IDC's 2,000-leader survey: 52% cite trust as the top AI adoption barrier, 12% have governance embedded. A Kinaxis-IDC webinar details the findings.
Kinaxis this week released IDC research showing supply chain leaders expect AI to take over planning decisions within two years, while most lack the governance to support the shift. The InfoBrief, "Making Supply Chain AI Accountable," surveyed more than 2,000 supply chain leaders across nine global markets.
AI adoption is close to universal among the respondents. Just 2% reported no AI-enabled capabilities, and only 12% described themselves as AI leaders. The harder number sits further down the maturity curve: just 6% of organizations say their supply chains operate autonomously at scale today, where AI makes planning decisions across the operation. Forty-one percent expect autonomous operations to become their core operating model within one to two years. If that expectation holds, the share of respondents running autonomous supply chains would rise to 41% from 6%, a near-sevenfold jump. Wrong calls in that setting cascade quickly; planning errors feed straight into procurement and production.
That ambition rests on a thin governance base. Only 12% of organizations have AI planning governance fully embedded in their operations, and 52% cite trust in AI-driven decisions as the top barrier to faster adoption. Trust is the most common constraint named in the survey. The leadership and governance figures land at the same 12%, though they come from separate questions.

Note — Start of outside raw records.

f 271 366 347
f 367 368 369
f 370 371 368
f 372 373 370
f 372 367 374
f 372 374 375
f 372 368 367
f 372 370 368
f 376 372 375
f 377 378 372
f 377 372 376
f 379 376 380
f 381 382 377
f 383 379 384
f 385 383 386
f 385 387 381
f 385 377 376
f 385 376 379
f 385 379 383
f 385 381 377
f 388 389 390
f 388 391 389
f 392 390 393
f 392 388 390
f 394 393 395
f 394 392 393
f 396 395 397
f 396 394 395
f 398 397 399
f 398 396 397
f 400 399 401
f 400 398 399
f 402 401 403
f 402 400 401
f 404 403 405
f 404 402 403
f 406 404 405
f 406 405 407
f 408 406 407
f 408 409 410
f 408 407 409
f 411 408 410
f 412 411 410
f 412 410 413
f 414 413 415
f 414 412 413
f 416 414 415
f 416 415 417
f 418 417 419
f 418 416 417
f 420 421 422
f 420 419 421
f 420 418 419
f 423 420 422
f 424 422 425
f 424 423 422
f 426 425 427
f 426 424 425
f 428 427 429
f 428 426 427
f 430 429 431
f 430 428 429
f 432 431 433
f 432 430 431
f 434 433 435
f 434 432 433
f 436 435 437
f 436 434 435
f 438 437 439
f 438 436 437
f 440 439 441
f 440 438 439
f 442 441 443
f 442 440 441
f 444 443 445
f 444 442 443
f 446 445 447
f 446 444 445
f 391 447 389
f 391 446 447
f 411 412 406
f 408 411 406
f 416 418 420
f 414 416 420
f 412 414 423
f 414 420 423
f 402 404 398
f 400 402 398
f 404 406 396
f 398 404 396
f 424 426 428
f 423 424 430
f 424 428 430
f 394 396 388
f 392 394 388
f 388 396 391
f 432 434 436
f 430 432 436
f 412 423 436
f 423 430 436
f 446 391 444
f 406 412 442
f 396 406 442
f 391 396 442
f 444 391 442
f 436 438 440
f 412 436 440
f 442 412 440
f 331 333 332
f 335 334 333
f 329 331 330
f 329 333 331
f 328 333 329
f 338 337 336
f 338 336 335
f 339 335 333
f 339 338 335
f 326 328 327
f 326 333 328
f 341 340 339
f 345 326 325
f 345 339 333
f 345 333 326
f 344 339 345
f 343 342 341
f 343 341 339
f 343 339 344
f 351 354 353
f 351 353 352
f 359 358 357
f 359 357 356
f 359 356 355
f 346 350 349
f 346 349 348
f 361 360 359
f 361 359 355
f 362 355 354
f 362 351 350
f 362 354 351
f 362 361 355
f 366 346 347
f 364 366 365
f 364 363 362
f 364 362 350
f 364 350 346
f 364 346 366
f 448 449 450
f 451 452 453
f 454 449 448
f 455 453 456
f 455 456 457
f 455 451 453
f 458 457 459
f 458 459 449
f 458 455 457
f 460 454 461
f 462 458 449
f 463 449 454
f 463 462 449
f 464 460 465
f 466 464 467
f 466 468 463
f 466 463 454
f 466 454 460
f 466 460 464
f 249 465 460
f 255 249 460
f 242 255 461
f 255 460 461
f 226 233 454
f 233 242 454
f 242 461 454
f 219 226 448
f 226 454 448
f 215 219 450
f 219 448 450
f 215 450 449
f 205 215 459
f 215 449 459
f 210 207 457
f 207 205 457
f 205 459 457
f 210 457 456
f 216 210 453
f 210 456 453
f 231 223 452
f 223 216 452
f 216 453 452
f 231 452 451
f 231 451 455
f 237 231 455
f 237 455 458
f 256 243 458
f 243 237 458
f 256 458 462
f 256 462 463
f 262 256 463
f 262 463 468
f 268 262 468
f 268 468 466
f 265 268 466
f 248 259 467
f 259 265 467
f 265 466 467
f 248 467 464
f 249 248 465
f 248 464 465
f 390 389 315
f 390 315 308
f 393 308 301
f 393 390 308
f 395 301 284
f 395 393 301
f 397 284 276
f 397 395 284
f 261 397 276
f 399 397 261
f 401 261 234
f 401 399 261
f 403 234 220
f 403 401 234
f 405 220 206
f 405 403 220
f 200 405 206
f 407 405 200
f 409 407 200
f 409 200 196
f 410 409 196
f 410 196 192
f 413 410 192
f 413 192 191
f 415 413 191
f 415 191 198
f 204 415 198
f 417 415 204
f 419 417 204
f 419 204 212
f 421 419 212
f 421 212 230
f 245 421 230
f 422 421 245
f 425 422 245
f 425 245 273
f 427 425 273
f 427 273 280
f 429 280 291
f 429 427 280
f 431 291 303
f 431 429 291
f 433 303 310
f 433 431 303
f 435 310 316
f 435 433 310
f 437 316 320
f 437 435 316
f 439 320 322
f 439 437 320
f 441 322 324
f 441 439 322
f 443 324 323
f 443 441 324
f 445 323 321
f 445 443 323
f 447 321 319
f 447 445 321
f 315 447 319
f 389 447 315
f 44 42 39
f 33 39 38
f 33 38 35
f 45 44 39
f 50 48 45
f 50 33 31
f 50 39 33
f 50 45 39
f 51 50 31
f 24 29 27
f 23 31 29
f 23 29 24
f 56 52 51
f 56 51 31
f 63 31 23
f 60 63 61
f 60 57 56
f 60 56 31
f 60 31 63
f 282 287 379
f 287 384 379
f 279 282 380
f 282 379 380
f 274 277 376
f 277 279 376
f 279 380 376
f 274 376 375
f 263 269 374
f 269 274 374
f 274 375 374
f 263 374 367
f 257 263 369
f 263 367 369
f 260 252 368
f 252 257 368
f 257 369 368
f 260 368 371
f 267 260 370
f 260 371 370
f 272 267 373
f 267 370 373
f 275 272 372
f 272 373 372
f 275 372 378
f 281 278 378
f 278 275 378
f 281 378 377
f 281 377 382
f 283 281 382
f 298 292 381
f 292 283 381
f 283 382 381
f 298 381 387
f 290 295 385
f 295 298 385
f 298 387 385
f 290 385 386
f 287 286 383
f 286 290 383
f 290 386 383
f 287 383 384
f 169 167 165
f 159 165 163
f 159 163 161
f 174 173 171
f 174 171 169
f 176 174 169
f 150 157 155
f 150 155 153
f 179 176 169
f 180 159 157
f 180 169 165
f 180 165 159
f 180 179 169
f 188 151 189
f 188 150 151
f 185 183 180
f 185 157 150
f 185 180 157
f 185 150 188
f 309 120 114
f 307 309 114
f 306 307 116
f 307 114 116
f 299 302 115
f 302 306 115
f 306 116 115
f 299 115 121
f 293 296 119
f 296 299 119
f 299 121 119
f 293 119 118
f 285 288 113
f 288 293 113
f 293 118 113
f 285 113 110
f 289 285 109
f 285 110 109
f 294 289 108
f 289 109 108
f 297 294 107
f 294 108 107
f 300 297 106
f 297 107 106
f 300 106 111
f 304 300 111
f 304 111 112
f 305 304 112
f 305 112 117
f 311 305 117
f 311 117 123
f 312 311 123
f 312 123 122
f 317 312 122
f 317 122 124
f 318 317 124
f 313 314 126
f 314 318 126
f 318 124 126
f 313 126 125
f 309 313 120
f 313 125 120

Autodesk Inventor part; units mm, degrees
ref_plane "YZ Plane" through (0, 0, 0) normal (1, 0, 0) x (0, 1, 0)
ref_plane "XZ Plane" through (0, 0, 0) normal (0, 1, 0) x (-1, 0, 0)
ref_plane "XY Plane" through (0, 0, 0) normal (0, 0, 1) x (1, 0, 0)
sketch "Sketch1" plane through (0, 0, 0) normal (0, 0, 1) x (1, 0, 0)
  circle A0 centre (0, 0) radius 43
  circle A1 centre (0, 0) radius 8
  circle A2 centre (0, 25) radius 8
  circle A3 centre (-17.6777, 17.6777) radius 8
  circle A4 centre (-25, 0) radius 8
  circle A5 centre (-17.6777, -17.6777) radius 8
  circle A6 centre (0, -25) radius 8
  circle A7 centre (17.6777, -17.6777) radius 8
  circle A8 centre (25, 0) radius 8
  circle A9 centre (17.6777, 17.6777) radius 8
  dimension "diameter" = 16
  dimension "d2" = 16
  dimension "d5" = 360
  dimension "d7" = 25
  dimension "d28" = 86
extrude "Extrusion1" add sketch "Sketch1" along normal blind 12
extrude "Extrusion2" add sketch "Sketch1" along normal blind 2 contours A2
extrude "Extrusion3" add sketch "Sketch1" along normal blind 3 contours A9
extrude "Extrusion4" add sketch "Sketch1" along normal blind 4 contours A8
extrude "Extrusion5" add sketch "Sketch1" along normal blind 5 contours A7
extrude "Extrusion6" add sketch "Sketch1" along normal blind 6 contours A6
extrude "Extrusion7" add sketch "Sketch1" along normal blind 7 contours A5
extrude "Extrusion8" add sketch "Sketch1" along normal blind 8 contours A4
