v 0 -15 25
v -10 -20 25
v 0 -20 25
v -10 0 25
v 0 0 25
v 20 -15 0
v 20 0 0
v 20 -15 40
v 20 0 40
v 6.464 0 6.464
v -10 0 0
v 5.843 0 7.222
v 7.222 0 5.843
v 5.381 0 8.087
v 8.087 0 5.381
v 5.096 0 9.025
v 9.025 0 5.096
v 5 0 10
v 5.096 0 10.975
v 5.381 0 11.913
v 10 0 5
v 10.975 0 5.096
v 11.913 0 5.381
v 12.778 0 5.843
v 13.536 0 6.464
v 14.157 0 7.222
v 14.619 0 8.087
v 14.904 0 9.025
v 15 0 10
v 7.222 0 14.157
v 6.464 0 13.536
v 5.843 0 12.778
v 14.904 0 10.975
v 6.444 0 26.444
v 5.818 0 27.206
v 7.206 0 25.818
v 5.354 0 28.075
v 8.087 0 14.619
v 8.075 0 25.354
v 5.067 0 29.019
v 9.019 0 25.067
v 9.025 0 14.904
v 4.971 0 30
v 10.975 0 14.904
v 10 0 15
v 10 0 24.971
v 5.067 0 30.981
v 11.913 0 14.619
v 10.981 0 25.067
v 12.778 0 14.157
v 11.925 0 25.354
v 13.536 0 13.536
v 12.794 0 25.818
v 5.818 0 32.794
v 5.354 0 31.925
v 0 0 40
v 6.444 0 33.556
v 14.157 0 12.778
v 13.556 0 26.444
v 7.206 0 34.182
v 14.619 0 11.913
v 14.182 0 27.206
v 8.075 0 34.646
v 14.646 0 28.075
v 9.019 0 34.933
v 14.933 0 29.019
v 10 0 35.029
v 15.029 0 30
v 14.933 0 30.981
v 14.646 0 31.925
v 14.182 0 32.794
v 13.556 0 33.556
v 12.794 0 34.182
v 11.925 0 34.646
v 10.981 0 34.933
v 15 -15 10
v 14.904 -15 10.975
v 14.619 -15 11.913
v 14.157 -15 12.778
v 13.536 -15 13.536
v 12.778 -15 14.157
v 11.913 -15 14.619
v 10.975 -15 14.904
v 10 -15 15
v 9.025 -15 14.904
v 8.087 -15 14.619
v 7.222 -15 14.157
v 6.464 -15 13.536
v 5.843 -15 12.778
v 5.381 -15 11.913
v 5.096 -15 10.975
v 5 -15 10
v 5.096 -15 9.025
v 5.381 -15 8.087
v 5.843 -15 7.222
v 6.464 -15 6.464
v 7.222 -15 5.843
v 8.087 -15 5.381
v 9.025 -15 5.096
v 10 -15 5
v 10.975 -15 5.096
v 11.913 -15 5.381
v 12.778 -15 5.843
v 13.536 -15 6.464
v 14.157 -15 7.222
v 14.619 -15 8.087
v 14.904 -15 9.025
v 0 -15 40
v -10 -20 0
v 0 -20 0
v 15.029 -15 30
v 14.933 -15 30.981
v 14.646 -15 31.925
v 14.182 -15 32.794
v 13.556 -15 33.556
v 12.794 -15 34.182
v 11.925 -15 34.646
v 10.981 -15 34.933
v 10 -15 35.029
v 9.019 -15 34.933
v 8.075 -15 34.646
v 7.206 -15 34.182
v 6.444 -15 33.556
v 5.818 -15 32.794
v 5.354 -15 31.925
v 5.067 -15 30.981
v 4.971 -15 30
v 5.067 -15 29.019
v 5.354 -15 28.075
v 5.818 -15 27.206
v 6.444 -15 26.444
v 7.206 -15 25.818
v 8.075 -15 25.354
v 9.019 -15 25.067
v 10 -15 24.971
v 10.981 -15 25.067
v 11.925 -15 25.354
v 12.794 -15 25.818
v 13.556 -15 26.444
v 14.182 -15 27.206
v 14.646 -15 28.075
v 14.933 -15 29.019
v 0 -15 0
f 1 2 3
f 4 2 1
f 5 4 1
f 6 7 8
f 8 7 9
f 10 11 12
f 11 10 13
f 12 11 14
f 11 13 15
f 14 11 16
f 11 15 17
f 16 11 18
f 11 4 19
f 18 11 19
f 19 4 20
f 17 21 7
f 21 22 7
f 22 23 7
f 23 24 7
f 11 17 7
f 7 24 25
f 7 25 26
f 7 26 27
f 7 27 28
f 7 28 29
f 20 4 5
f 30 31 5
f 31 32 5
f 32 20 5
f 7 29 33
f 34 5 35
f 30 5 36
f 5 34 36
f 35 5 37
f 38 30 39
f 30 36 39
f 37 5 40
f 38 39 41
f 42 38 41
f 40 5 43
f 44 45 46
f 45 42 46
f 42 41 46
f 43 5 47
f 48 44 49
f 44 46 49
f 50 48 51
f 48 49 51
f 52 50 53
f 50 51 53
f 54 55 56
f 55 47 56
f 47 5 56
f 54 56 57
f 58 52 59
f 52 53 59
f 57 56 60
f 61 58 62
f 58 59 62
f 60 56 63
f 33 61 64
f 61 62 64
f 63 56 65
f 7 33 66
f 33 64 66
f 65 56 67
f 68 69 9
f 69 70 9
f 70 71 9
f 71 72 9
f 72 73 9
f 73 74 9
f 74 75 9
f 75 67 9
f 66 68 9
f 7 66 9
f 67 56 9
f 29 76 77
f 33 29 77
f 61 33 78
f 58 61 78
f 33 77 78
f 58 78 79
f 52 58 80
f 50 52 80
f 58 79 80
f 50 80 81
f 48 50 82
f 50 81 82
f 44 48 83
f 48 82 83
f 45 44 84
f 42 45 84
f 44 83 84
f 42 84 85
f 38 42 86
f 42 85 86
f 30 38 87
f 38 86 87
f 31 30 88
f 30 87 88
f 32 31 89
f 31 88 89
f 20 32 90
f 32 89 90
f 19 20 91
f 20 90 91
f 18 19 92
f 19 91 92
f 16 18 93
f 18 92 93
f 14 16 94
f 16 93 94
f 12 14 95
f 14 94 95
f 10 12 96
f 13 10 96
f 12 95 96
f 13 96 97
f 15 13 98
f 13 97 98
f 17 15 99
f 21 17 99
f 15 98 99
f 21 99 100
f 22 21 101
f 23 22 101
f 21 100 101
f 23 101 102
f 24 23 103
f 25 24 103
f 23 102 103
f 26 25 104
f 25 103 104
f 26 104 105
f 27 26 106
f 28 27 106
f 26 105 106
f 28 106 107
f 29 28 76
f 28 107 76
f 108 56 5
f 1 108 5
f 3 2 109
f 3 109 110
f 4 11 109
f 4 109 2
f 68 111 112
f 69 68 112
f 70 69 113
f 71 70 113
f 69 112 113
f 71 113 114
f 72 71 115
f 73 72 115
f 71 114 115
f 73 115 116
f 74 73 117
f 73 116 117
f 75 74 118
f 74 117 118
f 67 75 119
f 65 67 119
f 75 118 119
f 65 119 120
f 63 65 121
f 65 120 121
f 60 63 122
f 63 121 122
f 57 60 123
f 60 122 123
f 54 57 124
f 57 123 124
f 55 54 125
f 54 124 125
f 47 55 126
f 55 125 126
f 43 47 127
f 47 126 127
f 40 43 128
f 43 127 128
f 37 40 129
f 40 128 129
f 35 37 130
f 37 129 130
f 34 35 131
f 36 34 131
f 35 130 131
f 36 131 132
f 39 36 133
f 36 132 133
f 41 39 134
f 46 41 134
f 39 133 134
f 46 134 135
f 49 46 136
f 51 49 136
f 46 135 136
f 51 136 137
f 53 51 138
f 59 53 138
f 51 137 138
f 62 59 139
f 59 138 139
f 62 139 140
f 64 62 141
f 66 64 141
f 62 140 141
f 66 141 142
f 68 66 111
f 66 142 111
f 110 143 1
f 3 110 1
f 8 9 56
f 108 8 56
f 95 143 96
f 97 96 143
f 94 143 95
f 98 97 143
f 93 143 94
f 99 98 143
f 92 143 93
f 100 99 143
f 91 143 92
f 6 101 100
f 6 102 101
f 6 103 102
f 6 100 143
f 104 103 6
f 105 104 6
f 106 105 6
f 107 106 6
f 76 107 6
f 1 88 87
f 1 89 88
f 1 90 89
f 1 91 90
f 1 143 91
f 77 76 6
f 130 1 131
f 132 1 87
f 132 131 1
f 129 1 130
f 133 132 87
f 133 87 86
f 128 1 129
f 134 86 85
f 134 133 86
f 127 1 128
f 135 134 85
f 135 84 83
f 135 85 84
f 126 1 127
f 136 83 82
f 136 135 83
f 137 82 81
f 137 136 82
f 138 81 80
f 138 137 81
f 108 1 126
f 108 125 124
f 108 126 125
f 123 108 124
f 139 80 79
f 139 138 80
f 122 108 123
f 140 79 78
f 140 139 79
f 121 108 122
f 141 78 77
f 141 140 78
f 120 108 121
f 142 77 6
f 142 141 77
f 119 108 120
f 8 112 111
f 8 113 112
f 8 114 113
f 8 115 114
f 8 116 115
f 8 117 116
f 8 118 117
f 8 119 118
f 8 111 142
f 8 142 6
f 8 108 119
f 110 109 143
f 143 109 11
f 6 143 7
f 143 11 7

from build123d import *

# Parameters (mm, degrees)
F1_DEPTH = 15
F0_W     = 10
F0_H     = 25
F2_DEPTH = 20
F3_R     = 5
F3_R_2   = 5.029307
F4_DEPTH = 15


with BuildPart() as f1:
    # F0 (on Front) → F1 (new body)
    with BuildSketch(Plane.XZ):
        Polygon((0, 25), (0, 0), (20, 0), (20, 40), (0, 40), align=None)
    extrude(amount=F1_DEPTH)

    # F0 (on Front) → F2 (join)
    with BuildSketch(Plane.XZ):
        with Locations((-5, 12.5)):
            Rectangle(F0_W, F0_H)
    extrude(amount=F2_DEPTH)

    # F3 (on face) → F4 (cut)
    with BuildSketch(Plane.XZ.offset(15)):
        with Locations((10, 10)):
            Circle(F3_R)
        with Locations((10, 30)):
            Circle(F3_R_2)
    extrude(amount=-F4_DEPTH, mode=Mode.SUBTRACT)


solid = f1.part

Eric Thompson, research director for global supply chain planning at IDC, said the question now is accountability.
"The next phase of supply chain AI is not simply more adoption. It is accountability – ensuring AI delivers trusted decisions, measurable value, governed autonomy, and operational outcomes."
The 52% trust reading places the constraint on the demand side. The technology is installed at nearly every respondent; confidence in what it decides is another matter. IDC conducted the research independently; Kinaxis sponsored it.
Kinaxis (TSX:KXS), which sells supply chain planning and orchestration software, says the findings point to a clear need for explainable, auditable AI. Justin King, field chief technology officer, said the Maestro platform was built around the accountability question. Every AI-driven recommendation is "explainable and auditable before it acts," King said, so "accountability happens at the decision, not just the policy." Kinaxis describes Maestro as combining proprietary technologies for full visibility across the supply chain, covering multi-year strategic planning and last-mile delivery. In practice, recommendations carry a rationale that can be inspected, and the audit trail is set before the system acts.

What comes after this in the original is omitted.